*How to complete this task*: Take every line containing "Measurement" out of the records.

(Beginning of The input)

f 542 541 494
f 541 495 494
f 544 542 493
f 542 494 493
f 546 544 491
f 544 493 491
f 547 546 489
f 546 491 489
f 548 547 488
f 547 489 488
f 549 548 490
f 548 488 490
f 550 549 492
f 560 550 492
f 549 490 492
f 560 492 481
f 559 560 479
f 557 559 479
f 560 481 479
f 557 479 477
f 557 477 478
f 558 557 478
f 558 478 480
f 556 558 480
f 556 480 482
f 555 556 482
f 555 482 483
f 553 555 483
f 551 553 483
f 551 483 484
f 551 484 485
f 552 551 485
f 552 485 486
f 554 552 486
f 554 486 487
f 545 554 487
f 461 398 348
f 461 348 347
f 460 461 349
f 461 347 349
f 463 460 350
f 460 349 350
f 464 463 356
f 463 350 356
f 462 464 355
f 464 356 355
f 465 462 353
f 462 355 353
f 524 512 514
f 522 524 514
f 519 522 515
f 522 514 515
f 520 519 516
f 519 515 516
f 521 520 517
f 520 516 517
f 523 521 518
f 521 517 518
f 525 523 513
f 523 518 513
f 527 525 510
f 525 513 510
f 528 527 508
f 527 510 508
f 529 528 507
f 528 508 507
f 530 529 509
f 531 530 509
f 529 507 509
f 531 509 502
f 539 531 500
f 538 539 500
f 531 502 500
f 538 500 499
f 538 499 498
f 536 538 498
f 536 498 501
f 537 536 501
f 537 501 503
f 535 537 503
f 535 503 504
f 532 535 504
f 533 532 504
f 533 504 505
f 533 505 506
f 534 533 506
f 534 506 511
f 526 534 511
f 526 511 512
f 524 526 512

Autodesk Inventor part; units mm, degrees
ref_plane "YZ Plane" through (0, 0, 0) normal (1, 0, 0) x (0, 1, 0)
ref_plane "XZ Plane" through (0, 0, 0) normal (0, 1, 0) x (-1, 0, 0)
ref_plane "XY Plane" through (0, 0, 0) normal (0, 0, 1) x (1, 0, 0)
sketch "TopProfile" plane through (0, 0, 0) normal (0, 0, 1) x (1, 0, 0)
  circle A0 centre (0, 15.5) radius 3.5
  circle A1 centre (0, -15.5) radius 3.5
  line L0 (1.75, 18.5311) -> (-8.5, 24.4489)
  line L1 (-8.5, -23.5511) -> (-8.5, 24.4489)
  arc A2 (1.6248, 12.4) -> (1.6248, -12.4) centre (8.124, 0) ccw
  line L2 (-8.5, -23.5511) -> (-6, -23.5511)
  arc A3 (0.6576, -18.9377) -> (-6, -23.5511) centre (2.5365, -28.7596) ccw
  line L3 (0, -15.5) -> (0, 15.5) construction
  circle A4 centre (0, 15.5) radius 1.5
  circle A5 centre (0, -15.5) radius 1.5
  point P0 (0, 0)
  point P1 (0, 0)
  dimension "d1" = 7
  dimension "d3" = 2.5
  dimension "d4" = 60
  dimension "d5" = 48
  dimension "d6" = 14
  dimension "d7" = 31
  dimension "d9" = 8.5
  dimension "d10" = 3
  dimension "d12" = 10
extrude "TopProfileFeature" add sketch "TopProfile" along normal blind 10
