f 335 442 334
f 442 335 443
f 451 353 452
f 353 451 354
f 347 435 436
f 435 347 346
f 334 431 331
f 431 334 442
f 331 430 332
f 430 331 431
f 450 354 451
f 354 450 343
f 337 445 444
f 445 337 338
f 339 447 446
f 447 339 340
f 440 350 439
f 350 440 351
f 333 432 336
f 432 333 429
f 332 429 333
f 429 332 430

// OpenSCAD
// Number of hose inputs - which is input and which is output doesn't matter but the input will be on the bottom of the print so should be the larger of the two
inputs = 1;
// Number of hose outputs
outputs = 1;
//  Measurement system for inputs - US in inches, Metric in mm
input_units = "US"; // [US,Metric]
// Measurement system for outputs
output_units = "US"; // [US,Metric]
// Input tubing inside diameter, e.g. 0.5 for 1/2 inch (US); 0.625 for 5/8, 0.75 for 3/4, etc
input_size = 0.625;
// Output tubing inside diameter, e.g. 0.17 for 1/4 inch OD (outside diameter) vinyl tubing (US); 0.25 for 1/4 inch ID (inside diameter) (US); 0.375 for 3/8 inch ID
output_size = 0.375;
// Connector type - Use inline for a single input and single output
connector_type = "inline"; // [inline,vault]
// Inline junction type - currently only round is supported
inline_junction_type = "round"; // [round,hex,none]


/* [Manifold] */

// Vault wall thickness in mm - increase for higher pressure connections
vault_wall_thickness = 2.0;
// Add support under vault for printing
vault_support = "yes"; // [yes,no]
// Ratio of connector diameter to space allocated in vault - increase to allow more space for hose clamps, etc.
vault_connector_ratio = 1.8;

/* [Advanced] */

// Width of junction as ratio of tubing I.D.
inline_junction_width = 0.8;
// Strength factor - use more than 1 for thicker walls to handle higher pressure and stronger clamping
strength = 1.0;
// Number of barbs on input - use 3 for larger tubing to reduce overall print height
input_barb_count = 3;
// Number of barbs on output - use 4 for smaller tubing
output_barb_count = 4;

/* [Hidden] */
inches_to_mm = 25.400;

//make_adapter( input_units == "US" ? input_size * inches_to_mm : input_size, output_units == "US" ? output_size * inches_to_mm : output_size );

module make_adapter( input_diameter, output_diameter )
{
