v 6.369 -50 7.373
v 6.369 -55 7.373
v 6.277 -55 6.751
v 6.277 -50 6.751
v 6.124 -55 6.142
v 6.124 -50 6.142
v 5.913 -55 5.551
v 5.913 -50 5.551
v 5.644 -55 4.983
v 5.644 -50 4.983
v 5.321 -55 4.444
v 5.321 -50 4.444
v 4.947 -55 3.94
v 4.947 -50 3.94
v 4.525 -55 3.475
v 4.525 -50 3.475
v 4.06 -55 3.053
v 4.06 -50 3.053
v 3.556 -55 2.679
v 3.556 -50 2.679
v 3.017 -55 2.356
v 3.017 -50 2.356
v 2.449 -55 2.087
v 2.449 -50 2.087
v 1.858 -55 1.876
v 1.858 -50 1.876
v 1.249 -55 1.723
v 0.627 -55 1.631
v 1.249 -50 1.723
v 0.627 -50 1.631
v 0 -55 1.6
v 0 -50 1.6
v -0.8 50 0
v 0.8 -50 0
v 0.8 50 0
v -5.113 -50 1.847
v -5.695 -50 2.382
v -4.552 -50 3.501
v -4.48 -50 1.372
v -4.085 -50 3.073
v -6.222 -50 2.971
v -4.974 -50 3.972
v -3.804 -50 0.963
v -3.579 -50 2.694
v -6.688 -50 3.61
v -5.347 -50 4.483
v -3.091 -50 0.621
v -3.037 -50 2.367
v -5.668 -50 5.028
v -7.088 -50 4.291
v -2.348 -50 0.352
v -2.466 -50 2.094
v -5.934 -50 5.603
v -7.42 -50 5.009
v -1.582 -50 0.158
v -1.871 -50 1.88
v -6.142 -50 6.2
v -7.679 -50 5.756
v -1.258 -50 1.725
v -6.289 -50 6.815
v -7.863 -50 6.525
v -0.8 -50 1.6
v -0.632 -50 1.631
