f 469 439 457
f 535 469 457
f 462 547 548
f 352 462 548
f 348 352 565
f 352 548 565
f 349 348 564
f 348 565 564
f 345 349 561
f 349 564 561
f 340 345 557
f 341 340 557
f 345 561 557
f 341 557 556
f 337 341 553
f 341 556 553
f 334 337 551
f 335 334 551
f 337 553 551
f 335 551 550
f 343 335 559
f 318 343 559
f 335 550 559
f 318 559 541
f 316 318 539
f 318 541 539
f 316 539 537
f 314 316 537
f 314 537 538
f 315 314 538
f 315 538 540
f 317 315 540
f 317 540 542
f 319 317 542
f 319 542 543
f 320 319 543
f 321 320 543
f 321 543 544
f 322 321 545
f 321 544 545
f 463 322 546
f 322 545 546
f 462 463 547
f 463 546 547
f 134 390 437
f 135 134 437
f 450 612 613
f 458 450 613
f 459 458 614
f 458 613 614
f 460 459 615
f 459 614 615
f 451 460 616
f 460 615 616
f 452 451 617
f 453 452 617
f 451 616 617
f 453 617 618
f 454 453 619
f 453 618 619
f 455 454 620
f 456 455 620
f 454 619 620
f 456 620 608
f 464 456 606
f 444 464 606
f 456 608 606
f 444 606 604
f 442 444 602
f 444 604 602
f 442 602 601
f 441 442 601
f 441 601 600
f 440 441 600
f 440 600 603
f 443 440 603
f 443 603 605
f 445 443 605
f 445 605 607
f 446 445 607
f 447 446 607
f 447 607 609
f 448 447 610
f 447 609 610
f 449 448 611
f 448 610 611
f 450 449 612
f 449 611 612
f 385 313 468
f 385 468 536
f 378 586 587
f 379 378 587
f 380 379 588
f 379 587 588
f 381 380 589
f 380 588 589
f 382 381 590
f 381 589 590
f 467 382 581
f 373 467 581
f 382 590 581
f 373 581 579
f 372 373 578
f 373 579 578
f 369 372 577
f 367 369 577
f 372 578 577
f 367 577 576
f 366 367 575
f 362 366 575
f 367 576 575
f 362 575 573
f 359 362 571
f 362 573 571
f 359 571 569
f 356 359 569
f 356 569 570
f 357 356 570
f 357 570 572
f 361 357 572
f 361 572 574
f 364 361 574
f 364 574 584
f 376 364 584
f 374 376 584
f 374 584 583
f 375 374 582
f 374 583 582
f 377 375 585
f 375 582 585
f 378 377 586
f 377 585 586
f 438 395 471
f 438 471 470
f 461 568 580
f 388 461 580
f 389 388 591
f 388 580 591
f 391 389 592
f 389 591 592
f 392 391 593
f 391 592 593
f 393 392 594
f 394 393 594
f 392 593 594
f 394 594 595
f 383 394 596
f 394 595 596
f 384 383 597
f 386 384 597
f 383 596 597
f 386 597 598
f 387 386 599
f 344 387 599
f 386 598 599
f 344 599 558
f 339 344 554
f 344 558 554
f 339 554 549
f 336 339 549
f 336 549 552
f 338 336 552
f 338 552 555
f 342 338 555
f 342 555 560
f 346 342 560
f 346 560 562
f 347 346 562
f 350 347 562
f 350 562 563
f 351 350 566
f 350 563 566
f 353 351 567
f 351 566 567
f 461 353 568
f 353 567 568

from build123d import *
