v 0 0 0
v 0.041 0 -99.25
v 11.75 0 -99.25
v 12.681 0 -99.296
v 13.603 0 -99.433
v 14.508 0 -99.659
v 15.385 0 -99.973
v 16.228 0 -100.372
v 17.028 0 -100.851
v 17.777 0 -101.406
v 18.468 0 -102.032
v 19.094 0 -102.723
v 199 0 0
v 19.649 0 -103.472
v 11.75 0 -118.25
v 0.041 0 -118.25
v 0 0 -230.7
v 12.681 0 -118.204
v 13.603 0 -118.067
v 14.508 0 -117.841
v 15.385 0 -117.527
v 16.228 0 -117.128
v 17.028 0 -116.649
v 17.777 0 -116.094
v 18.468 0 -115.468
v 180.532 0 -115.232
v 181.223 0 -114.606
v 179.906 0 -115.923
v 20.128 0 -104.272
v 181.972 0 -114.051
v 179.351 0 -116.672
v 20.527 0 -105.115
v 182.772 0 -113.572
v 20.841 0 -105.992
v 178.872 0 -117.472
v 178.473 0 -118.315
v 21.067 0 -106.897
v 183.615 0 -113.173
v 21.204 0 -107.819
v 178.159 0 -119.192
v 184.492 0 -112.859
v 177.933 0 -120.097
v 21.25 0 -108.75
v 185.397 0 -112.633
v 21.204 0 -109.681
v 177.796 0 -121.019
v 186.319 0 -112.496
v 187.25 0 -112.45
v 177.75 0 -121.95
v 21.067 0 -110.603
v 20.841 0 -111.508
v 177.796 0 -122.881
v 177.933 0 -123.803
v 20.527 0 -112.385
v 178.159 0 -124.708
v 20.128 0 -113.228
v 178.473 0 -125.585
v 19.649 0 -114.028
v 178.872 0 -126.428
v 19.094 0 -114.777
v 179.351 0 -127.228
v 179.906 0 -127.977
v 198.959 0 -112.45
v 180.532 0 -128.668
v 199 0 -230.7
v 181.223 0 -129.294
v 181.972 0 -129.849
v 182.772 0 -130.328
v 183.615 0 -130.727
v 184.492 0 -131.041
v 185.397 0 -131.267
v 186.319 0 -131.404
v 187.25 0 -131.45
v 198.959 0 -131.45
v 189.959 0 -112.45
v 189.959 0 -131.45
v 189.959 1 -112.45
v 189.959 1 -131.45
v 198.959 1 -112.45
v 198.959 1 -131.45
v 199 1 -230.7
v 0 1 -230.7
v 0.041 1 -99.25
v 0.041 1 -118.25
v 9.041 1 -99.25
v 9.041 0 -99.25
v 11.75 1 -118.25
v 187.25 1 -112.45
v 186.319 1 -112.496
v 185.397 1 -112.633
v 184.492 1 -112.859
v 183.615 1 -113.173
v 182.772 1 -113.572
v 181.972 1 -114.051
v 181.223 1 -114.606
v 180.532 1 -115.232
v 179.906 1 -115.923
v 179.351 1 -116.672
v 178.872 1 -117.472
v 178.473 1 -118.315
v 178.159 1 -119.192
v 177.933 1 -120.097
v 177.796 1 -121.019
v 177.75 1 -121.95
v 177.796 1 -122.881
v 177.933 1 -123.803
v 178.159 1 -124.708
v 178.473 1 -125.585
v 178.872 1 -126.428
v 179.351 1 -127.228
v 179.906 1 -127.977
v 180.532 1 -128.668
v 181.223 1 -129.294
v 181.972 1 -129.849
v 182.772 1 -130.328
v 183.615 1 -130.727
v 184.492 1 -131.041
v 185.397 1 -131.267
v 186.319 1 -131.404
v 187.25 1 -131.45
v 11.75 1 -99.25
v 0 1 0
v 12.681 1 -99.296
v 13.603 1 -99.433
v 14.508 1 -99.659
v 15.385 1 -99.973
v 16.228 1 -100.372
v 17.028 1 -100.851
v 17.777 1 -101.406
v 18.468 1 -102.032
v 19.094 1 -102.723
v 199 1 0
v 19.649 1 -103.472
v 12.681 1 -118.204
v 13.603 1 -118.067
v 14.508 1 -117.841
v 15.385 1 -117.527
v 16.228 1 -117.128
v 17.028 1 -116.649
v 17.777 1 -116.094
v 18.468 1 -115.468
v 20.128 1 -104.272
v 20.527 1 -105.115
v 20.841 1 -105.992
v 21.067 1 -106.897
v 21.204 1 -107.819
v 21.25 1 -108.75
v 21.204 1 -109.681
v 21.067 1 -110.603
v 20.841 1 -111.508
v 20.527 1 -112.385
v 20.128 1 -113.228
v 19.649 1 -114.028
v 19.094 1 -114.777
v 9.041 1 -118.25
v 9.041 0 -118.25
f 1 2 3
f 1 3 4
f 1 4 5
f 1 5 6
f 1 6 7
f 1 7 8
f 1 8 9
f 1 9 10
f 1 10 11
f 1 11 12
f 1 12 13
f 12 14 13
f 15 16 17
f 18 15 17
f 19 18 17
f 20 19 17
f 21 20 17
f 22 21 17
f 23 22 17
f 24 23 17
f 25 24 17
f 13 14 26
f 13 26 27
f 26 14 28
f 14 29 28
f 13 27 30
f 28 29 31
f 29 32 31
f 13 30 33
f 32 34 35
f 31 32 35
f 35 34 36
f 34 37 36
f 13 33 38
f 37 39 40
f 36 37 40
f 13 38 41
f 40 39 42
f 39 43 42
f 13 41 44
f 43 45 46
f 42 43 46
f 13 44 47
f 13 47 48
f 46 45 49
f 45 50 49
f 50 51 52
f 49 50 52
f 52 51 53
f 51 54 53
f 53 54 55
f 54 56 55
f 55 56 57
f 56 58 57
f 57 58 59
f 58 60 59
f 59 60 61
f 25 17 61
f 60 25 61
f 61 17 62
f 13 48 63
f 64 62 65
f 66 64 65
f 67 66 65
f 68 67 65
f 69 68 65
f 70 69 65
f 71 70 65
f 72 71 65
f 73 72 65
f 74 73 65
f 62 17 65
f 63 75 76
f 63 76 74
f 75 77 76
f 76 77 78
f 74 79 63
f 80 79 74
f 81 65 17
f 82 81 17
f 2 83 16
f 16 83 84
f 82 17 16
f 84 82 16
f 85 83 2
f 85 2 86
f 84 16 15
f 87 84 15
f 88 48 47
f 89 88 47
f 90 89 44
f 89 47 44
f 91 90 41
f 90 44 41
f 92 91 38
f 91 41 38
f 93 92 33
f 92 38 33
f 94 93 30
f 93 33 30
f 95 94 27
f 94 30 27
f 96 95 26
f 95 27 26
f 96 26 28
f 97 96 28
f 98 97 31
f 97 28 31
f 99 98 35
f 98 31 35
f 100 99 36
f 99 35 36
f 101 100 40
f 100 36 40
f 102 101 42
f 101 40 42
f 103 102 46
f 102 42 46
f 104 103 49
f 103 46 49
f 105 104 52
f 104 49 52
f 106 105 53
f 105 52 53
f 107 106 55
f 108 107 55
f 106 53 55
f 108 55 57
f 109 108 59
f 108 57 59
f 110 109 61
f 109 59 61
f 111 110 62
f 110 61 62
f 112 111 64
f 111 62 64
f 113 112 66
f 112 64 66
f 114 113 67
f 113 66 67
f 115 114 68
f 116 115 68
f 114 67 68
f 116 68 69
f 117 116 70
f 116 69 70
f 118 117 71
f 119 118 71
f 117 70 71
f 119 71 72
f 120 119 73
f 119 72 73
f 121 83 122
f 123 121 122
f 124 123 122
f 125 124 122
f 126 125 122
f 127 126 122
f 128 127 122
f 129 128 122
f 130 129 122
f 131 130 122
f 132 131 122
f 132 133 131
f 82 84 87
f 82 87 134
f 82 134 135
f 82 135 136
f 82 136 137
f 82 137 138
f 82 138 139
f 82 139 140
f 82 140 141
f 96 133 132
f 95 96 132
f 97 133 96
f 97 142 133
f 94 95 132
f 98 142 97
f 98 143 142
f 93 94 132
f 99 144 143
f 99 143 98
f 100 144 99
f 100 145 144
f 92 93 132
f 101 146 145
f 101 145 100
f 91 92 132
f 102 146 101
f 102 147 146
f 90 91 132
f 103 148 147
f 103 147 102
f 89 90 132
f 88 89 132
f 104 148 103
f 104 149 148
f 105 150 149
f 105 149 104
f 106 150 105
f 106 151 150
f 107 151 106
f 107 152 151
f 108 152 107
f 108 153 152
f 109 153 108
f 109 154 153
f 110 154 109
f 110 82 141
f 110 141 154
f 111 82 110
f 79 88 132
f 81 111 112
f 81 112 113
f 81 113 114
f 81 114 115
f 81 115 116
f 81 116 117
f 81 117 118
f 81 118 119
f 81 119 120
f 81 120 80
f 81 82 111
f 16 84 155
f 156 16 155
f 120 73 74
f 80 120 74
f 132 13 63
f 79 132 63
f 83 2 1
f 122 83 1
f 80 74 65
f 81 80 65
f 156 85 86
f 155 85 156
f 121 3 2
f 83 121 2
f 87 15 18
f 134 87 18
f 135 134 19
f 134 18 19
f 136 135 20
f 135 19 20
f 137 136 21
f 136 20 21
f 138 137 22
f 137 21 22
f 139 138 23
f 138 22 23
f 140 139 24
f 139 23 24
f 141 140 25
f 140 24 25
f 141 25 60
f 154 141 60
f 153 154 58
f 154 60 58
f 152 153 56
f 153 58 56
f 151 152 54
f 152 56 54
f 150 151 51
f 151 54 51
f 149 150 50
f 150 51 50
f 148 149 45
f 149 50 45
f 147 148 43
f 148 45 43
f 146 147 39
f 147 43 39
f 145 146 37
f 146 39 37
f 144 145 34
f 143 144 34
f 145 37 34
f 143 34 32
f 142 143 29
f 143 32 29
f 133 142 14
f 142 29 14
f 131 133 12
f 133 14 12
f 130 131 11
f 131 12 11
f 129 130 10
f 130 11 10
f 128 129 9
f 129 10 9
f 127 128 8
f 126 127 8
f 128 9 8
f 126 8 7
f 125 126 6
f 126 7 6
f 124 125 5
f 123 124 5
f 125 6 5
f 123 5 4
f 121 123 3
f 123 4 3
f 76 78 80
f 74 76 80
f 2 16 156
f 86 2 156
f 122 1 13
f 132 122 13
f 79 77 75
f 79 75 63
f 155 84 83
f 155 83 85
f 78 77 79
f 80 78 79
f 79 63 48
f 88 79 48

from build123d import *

# Parameters (mm, degrees)
BOSS_EXTRUDE1_DEPTH   = 1
SKETCH2_W             = 9
SKETCH2_H             = 19
BOSS_EXTRUDE2_DEPTH   = 1
BOSS_EXTRUDE2_2_DEPTH = 1


with BuildPart() as part:
    # Sketch1 → Boss-Extrude1 (new body)
    with BuildSketch(Plane(origin=(0, 0, 0), x_dir=(1, 0, 0), z_dir=(0, 1, 0))):
        with BuildLine():
            Line((0, 0), (199, 0))
            Line((199, 0), (198.959369161, 112.45))
            Line((198.959369161, 112.45), (187.25, 112.45))
            ThreePointArc((187.25, 112.45), (177.75, 121.95), (187.25, 131.45))
            Line((187.25, 131.45), (198.959369161, 131.45))
            Line((198.959369161, 131.45), (199, 230.7))
            Line((199, 230.7), (0, 230.7))
            Line((0, 230.7), (0.040630839, 118.25))
            Line((0.040630839, 118.25), (11.75, 118.25))
            ThreePointArc((11.75, 118.25), (21.25, 108.75), (11.75, 99.25))
            Line((11.75, 99.25), (0.040630839, 99.25))
            Line((0.040630839, 99.25), (0, 0))
        make_face()
    extrude(amount=BOSS_EXTRUDE1_DEPTH)


with BuildPart() as body_2:
    # Sketch2 → Boss-Extrude2 (new, through all)
    with BuildSketch(Plane(origin=(0, 1, 0), x_dir=(1, 0, 0), z_dir=(0, 1, 0))):
        with Locations((4.540630839, 108.75)):
            Rectangle(SKETCH2_W, SKETCH2_H)
    extrude(amount=-BOSS_EXTRUDE2_DEPTH)


with BuildPart() as body_3:
    # Sketch2 → Boss-Extrude2 2 (new, through all)
    with BuildSketch(Plane(origin=(0, 1, 0), x_dir=(1, 0, 0), z_dir=(0, 1, 0))):
        with Locations((194.459369161, 121.95)):
            Rectangle(SKETCH2_W, SKETCH2_H)
    extrude(amount=-BOSS_EXTRUDE2_2_DEPTH)


solid = Compound([part.part, body_2.part, body_3.part])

(End of The input)

*Solution to this exercise*:
//  Measurement system for inputs - US in inches, Metric in mm
// Measurement system for outputs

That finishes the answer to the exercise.